**HOW TO COMPLETE THIS TASK:**
Lines below starting with the line with "v -216.406 1.143 93.775" and going on through the line with "v -212.806 1.143 91.696" must be output exactly; the rest of the records must be left out.

[Collected data]
───

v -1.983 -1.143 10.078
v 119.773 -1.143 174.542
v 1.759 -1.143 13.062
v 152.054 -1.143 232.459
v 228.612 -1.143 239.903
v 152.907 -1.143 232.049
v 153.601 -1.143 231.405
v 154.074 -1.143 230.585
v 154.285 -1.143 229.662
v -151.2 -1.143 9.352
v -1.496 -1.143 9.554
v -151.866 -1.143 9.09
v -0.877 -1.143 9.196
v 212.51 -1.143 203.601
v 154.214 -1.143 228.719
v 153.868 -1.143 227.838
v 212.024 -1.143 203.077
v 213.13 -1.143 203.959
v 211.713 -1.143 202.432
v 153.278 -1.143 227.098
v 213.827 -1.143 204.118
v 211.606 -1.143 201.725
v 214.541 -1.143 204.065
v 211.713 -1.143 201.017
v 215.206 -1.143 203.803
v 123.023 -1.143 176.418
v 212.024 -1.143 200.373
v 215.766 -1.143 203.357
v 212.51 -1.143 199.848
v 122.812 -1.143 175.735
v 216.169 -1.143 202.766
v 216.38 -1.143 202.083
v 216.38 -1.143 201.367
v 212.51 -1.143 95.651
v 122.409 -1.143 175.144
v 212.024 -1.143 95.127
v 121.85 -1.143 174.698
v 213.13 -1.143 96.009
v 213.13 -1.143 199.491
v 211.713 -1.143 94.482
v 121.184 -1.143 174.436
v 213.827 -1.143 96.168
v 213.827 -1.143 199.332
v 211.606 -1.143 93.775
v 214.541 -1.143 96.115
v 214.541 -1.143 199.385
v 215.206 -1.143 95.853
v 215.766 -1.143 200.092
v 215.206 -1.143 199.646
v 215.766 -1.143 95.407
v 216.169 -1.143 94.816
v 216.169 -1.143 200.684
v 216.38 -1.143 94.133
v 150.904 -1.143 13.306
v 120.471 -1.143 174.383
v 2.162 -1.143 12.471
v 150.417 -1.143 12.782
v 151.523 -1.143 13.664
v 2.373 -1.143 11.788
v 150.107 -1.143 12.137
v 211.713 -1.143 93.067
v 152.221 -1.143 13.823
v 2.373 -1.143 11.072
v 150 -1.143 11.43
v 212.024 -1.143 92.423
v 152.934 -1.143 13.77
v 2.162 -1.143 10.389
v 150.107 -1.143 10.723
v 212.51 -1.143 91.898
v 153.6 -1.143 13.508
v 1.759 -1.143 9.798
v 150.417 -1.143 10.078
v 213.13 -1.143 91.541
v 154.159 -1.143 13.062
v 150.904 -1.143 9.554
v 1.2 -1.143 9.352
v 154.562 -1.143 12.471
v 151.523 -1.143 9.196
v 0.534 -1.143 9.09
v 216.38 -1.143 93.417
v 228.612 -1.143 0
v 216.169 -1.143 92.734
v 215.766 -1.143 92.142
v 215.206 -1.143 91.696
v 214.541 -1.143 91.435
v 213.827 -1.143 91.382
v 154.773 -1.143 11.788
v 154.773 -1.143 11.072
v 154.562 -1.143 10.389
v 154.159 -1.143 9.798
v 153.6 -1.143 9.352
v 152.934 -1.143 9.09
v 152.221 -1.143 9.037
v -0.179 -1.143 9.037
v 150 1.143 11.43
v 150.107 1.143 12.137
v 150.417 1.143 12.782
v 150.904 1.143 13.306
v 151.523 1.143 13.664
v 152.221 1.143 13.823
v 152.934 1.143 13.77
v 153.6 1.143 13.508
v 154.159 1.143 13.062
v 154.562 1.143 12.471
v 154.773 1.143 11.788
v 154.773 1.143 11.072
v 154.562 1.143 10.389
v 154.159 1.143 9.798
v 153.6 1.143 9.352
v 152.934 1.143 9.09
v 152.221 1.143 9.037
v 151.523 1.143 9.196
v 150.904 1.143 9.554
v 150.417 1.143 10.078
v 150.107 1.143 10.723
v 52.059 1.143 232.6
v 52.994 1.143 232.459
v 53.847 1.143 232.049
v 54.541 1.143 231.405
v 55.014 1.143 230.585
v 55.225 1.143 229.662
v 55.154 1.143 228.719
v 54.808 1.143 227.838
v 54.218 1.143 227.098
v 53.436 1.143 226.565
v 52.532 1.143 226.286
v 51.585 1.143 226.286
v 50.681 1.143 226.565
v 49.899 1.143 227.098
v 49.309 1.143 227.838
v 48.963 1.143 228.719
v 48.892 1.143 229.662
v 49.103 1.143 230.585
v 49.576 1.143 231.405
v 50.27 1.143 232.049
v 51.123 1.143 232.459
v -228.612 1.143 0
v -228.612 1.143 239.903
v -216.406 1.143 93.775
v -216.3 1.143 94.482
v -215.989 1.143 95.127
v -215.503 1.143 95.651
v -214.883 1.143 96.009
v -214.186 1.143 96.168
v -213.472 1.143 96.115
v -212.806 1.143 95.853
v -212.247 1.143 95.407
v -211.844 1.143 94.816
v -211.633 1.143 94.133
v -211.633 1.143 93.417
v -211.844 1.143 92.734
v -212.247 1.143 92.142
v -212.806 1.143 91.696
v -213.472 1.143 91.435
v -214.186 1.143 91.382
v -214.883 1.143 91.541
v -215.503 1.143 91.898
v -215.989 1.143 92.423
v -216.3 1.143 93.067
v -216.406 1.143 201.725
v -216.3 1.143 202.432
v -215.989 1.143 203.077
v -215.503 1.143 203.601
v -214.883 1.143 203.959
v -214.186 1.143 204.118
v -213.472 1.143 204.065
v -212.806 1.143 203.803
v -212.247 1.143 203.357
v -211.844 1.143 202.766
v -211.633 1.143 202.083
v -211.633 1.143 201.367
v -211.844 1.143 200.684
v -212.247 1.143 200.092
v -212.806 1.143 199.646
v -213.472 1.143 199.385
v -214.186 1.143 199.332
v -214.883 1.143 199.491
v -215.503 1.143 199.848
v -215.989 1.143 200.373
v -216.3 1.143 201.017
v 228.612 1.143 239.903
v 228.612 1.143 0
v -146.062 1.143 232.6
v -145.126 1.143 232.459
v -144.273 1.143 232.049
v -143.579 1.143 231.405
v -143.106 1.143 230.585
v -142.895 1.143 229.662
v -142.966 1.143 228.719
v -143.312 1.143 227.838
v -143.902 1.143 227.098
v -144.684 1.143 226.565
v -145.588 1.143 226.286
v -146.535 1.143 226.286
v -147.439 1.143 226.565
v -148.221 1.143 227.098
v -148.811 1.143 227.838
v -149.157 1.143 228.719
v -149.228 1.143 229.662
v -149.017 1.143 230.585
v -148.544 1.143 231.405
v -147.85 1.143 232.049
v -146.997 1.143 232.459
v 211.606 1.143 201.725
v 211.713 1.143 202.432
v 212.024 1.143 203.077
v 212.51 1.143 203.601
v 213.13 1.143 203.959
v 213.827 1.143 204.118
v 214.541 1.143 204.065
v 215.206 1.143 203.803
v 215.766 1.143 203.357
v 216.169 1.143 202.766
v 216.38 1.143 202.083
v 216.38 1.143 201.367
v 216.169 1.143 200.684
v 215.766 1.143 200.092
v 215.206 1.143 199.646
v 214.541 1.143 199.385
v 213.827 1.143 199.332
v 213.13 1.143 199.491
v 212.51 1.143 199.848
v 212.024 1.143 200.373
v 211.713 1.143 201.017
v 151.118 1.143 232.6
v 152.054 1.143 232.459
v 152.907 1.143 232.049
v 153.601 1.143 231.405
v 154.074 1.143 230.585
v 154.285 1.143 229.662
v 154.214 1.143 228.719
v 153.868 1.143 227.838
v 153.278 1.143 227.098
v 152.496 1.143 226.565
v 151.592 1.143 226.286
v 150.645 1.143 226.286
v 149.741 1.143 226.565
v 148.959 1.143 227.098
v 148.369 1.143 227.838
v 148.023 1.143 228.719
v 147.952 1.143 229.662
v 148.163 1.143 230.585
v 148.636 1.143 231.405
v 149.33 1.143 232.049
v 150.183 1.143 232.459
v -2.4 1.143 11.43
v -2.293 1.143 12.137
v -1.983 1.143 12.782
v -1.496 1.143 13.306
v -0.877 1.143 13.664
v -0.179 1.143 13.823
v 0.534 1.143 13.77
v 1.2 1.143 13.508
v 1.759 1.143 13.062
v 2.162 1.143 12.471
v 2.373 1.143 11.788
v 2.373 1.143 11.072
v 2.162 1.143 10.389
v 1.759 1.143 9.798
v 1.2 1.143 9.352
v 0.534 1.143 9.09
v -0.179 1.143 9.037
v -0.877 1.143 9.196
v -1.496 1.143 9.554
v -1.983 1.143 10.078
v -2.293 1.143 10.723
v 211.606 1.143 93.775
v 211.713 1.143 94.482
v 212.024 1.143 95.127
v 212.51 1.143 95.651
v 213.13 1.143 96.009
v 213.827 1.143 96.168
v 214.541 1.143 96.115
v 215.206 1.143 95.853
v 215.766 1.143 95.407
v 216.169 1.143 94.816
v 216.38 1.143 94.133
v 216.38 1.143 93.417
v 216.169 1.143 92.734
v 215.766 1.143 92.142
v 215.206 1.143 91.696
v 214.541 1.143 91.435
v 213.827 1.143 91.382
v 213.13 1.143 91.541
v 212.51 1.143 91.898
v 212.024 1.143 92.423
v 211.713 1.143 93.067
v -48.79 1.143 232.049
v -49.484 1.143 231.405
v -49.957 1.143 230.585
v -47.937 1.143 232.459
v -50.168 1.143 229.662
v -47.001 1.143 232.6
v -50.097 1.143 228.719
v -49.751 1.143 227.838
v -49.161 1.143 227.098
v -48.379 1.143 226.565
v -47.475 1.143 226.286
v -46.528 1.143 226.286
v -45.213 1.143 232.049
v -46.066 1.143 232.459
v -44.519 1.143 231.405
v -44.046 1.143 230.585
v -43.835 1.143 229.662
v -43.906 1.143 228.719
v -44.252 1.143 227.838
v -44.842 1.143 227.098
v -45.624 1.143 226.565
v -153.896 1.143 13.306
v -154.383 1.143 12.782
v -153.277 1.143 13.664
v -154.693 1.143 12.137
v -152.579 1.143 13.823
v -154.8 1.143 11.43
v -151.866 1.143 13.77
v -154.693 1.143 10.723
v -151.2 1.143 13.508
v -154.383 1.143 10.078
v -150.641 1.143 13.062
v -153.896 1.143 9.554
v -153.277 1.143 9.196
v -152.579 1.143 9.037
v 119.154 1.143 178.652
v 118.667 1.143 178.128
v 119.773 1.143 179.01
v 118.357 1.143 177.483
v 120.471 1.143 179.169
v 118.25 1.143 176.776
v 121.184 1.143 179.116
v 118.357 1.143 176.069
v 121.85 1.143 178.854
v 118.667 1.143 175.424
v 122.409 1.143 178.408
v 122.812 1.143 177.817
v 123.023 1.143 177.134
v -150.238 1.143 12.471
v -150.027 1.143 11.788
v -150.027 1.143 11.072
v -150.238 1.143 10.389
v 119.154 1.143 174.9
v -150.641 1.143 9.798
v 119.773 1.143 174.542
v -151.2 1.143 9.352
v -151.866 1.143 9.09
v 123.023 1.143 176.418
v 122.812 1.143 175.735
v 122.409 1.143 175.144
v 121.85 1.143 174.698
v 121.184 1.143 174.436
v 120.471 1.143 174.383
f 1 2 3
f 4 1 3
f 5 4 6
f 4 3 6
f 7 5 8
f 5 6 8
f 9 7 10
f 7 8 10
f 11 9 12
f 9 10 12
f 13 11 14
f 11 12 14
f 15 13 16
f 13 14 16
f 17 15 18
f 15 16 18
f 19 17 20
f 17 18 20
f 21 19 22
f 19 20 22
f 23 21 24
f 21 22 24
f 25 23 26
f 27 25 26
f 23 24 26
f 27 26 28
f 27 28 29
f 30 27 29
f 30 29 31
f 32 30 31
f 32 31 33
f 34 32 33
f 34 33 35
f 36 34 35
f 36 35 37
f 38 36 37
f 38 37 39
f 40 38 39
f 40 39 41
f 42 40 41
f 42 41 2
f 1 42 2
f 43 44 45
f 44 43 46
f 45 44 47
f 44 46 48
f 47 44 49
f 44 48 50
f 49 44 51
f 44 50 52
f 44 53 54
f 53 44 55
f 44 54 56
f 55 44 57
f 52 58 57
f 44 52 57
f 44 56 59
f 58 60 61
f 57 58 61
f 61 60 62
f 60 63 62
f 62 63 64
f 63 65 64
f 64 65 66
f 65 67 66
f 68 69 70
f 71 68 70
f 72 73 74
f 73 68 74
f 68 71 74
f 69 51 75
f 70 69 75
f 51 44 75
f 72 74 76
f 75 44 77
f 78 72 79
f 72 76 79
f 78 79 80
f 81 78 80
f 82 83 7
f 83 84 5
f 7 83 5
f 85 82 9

───

**SOLUTION FOR THIS PROBLEM:**
v -216.406 1.143 93.775
v -216.3 1.143 94.482
v -215.989 1.143 95.127
v -215.503 1.143 95.651
v -214.883 1.143 96.009
v -214.186 1.143 96.168
v -213.472 1.143 96.115
v -212.806 1.143 95.853
v -212.247 1.143 95.407
v -211.844 1.143 94.816
v -211.633 1.143 94.133
v -211.633 1.143 93.417
v -211.844 1.143 92.734
v -212.247 1.143 92.142
v -212.806 1.143 91.696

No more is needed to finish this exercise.